I'm posting today to share some excellent news. Yesterday, the Ninth Circuit reversed final approval of a proposed class action settlement in an Unruh Act age discrimination case, holding that the district court "materially underrated the strength of the plaintiff's claims, substantially overstated the settlement's worth, and failed to take the required hard look at indicia of collusion, including a request for attorneys' fees that dwarfed the anticipated monetary payout to the class." Allison v. Tinder, Inc., ___ F.3d ___ (9th Cir. Aug. 17, 2021) (slip op. at 5-6). I represented the objectors in this case, along with my co-counsel, Al Rava of the Rava Law Firm and Danielle Leonard and Michael Rubin of Altshuler Berzon. Congratulations and thanks to all involved in achieving this excellent result.
I am particularly pleased with this outcome because the challenged settlement was formed in a federal district court case filed soon after my victory in the California Court of Appeal in Candelore v. Tinder, Inc., 19 Cal.App.5th 1138 (2018). On behalf of two proposed class members, my co-counsel and I took immediate steps to object to what we considered to be an inadequate settlement, one that in our opinion did not reflect the strength of the claims given the binding holdings in Candelore. The settlement had been negotiated without our knowledge or involvement.
The Ninth Circuit agreed that the settlement should not have been approved. Allison, slip op. at 5. The Ninth Circuit had this to say about Candelore:
In Candelore, as here, the class action plaintiff alleged that Tinder violated the Unruh Act by charging customers over 29 more than it charged younger customers for the same service. Id. at 339. While Tinder initially moved successfully to dismiss the complaint for failure to state a claim, id. at 340, on appeal, Candelore secured a ruling that his allegations did state a claim for age discrimination under the Unruh Act—and that, if his allegations were true, Tinder’s age-based distinction would not be justified by public policy as a matter of law. See id. at 350. In the course of its decision, the Candelore court “recognize[d] ... that past cases,” like Javorsky v. Western Athletic Clubs, Inc., 195 Cal. Rptr. 3d 706 (2015), “have embraced the notion that age may serve as a reasonable proxy for income in upholding age-based discounts against Unruh Act claims.” 228 Cal. Rptr. 3d at 344. But those cases, the court reasoned, are “inconsistent with the ‘individual nature’ of the right secured by the [Unruh] Act, which protects individuals from unequal treatment based on generalizations about ‘a group’ to which they belong.” Id. at 347.

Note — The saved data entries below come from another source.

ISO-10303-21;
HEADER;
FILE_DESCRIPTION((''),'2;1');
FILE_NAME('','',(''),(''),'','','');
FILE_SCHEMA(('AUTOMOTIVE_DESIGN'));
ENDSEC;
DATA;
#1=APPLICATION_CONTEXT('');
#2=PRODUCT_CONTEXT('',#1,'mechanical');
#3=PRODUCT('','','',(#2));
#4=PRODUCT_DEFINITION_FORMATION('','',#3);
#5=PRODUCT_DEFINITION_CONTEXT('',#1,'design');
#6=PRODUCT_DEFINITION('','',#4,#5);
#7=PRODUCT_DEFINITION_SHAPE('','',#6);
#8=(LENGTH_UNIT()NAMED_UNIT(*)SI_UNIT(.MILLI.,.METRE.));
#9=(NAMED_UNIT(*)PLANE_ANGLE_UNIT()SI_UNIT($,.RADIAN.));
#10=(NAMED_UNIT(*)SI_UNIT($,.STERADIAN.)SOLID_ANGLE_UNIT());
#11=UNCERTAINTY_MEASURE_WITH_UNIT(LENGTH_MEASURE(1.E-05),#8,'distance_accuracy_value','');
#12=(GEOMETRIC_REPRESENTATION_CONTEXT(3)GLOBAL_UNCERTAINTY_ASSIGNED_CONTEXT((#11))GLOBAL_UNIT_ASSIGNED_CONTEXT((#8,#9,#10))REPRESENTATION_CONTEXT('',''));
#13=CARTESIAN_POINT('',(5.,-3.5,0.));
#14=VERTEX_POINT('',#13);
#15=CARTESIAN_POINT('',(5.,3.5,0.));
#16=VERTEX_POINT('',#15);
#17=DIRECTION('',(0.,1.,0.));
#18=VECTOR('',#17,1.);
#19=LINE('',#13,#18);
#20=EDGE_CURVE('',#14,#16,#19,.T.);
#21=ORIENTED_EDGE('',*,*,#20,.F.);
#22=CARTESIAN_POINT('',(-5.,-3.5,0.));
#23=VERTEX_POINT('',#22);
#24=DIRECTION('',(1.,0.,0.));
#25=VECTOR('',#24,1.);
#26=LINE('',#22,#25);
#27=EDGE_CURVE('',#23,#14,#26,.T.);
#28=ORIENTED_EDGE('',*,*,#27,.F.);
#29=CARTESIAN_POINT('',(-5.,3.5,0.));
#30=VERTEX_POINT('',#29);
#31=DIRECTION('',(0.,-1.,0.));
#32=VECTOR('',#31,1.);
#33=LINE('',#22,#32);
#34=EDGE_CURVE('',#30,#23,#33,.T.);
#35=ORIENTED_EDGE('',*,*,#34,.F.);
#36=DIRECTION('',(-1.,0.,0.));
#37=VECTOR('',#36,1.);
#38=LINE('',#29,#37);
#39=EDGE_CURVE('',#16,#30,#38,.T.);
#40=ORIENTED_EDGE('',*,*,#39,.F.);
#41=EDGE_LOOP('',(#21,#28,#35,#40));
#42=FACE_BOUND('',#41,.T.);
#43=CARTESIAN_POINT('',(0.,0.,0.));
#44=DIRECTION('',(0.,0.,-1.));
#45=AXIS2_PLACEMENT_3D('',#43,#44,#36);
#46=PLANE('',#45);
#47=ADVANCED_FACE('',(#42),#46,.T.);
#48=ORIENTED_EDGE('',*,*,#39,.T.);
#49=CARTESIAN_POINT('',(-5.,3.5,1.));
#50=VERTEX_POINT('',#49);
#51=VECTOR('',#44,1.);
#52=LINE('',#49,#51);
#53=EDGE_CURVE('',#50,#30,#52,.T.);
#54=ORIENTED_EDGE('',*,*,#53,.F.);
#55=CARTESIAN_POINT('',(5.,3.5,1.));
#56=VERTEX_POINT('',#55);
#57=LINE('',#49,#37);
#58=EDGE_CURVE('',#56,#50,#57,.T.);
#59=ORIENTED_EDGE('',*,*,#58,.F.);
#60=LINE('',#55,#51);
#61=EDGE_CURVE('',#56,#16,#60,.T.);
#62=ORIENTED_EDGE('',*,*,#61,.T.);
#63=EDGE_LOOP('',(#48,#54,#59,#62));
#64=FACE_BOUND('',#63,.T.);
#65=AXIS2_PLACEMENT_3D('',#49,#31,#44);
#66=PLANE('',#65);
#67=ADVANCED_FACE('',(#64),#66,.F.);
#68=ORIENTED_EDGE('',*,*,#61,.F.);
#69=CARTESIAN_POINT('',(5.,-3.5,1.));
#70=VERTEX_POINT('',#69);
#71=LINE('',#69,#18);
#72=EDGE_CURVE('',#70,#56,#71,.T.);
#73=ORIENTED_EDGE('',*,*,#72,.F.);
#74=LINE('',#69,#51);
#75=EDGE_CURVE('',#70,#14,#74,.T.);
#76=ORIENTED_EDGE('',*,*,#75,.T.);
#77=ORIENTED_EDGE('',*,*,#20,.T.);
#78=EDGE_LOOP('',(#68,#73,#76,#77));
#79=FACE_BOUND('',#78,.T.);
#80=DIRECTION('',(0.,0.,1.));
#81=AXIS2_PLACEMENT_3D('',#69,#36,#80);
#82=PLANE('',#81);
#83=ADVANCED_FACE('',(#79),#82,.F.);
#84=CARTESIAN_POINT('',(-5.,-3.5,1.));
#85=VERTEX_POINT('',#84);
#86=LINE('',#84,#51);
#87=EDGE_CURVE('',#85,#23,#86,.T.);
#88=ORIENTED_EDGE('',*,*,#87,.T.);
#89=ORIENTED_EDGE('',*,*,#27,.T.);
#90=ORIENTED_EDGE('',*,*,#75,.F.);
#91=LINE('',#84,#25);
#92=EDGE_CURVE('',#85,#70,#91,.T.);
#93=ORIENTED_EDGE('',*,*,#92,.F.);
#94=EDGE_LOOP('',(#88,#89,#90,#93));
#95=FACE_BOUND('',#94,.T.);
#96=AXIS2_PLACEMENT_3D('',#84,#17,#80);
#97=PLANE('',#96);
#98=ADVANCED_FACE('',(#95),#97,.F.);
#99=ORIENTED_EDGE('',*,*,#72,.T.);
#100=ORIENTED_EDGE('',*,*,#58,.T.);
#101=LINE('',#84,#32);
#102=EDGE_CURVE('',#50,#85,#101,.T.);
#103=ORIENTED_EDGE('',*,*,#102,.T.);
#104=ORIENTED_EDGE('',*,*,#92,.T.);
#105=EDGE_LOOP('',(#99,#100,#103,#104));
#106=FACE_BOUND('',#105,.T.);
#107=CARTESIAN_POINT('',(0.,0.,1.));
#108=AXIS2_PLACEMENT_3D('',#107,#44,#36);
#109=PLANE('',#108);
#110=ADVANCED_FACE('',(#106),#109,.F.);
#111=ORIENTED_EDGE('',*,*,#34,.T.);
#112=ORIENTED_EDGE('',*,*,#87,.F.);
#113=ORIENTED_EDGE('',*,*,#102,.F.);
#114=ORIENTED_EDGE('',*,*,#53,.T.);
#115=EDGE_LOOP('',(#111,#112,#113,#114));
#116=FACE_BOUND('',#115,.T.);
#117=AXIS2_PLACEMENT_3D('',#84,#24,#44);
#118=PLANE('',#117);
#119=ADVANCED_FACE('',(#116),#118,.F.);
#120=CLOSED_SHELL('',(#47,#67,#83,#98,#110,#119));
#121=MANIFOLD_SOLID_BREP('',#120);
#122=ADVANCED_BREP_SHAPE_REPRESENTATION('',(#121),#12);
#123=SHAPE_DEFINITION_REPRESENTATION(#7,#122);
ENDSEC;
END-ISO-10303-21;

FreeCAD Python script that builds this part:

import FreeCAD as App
import Part
import Sketcher


def add_polygon(sketch, points):
    """Adds a closed chain of lines whose ends are joined by coincident constraints."""
    first, n = sketch.GeometryCount, len(points)
    for a, b in zip(points, points[1:] + points[:1]):
        sketch.addGeometry(Part.LineSegment(App.Vector(*a, 0), App.Vector(*b, 0)), False)
    for i in range(n):
        sketch.addConstraint(Sketcher.Constraint("Coincident", first + i, 2, first + (i + 1) % n, 1))

doc = App.newDocument("Part")
body = doc.addObject("PartDesign::Body", "Body")

sketch1 = body.newObject("Sketcher::SketchObject", "Sketch")
sketch1.AttachmentSupport = (doc.getObject("XY_Plane"), [""])
sketch1.MapMode = "FlatFace"
add_polygon(sketch1, [(-5, 4), (-5, -4), (5, -4), (5, 4)])
sketch1.addConstraint(Sketcher.Constraint("Vertical", 0))
sketch1.addConstraint(Sketcher.Constraint("Horizontal", 1))
sketch1.addConstraint(Sketcher.Constraint("Vertical", 2))
sketch1.addConstraint(Sketcher.Constraint("Horizontal", 3))
sketch1.addConstraint(Sketcher.Constraint("Symmetric", 0, 2, 2, 2, -1, 1))
sketch1.addConstraint(Sketcher.Constraint("DistanceX", 1, 1, 1, 2, 10.0))
sketch1.addConstraint(Sketcher.Constraint("DistanceY", 0, 2, 0, 1, 7.0))
pad1 = body.newObject("PartDesign::Pad", "Pad")
pad1.Profile = sketch1
pad1.Length = 1

doc.recompute()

Id. at 9-10. In approving the challenged settlement, the district court stated that it believed Javorsky was "'more in line with the weight of authority'" than Candelore--ignoring the fact that Candelore was, and is, binding "law of the case" in the state court action, as well as the fact that the Court of Appeal in Candelore was considering the very same age-based price differential challenged in the later-filed federal action. Id. at 11, 14-15. In the Ninth Circuit's words:
[T]he district court so underrated the strength of the plaintiff’s case, so overstated the settlement value, and so overlooked the suggestions of collusion present as to collectively constitute an abuse of discretion. [¶] First, the district court discounted the strength and value of the class members’ claims because the court “f[ound] the holding of Javorsky to be more compelling and more in line with the weight of authority than the holding in Candelore.” In so doing, the district court ignored the fact that the settlement class members are also putative members of the class in Candelore—and the settlement agreement therefore releases claims where Candelore is the law of the case, regardless of whether the district court finds the opinion persuasive.
Id. at 14-15. In other words, while the district court may not have agreed with the analysis in Candelore, that analysis is nonetheless binding, which means the Unruh Act claims are significantly more valuable than reflected by the challenged settlement. See id. This was just one of numerous problems that the Ninth Circuit identified with the challenged settlement. See id. at 15-17.
Bloomberg News reports that "Tinder's $24 Million Deal to End Age Discrimination Suit Undone."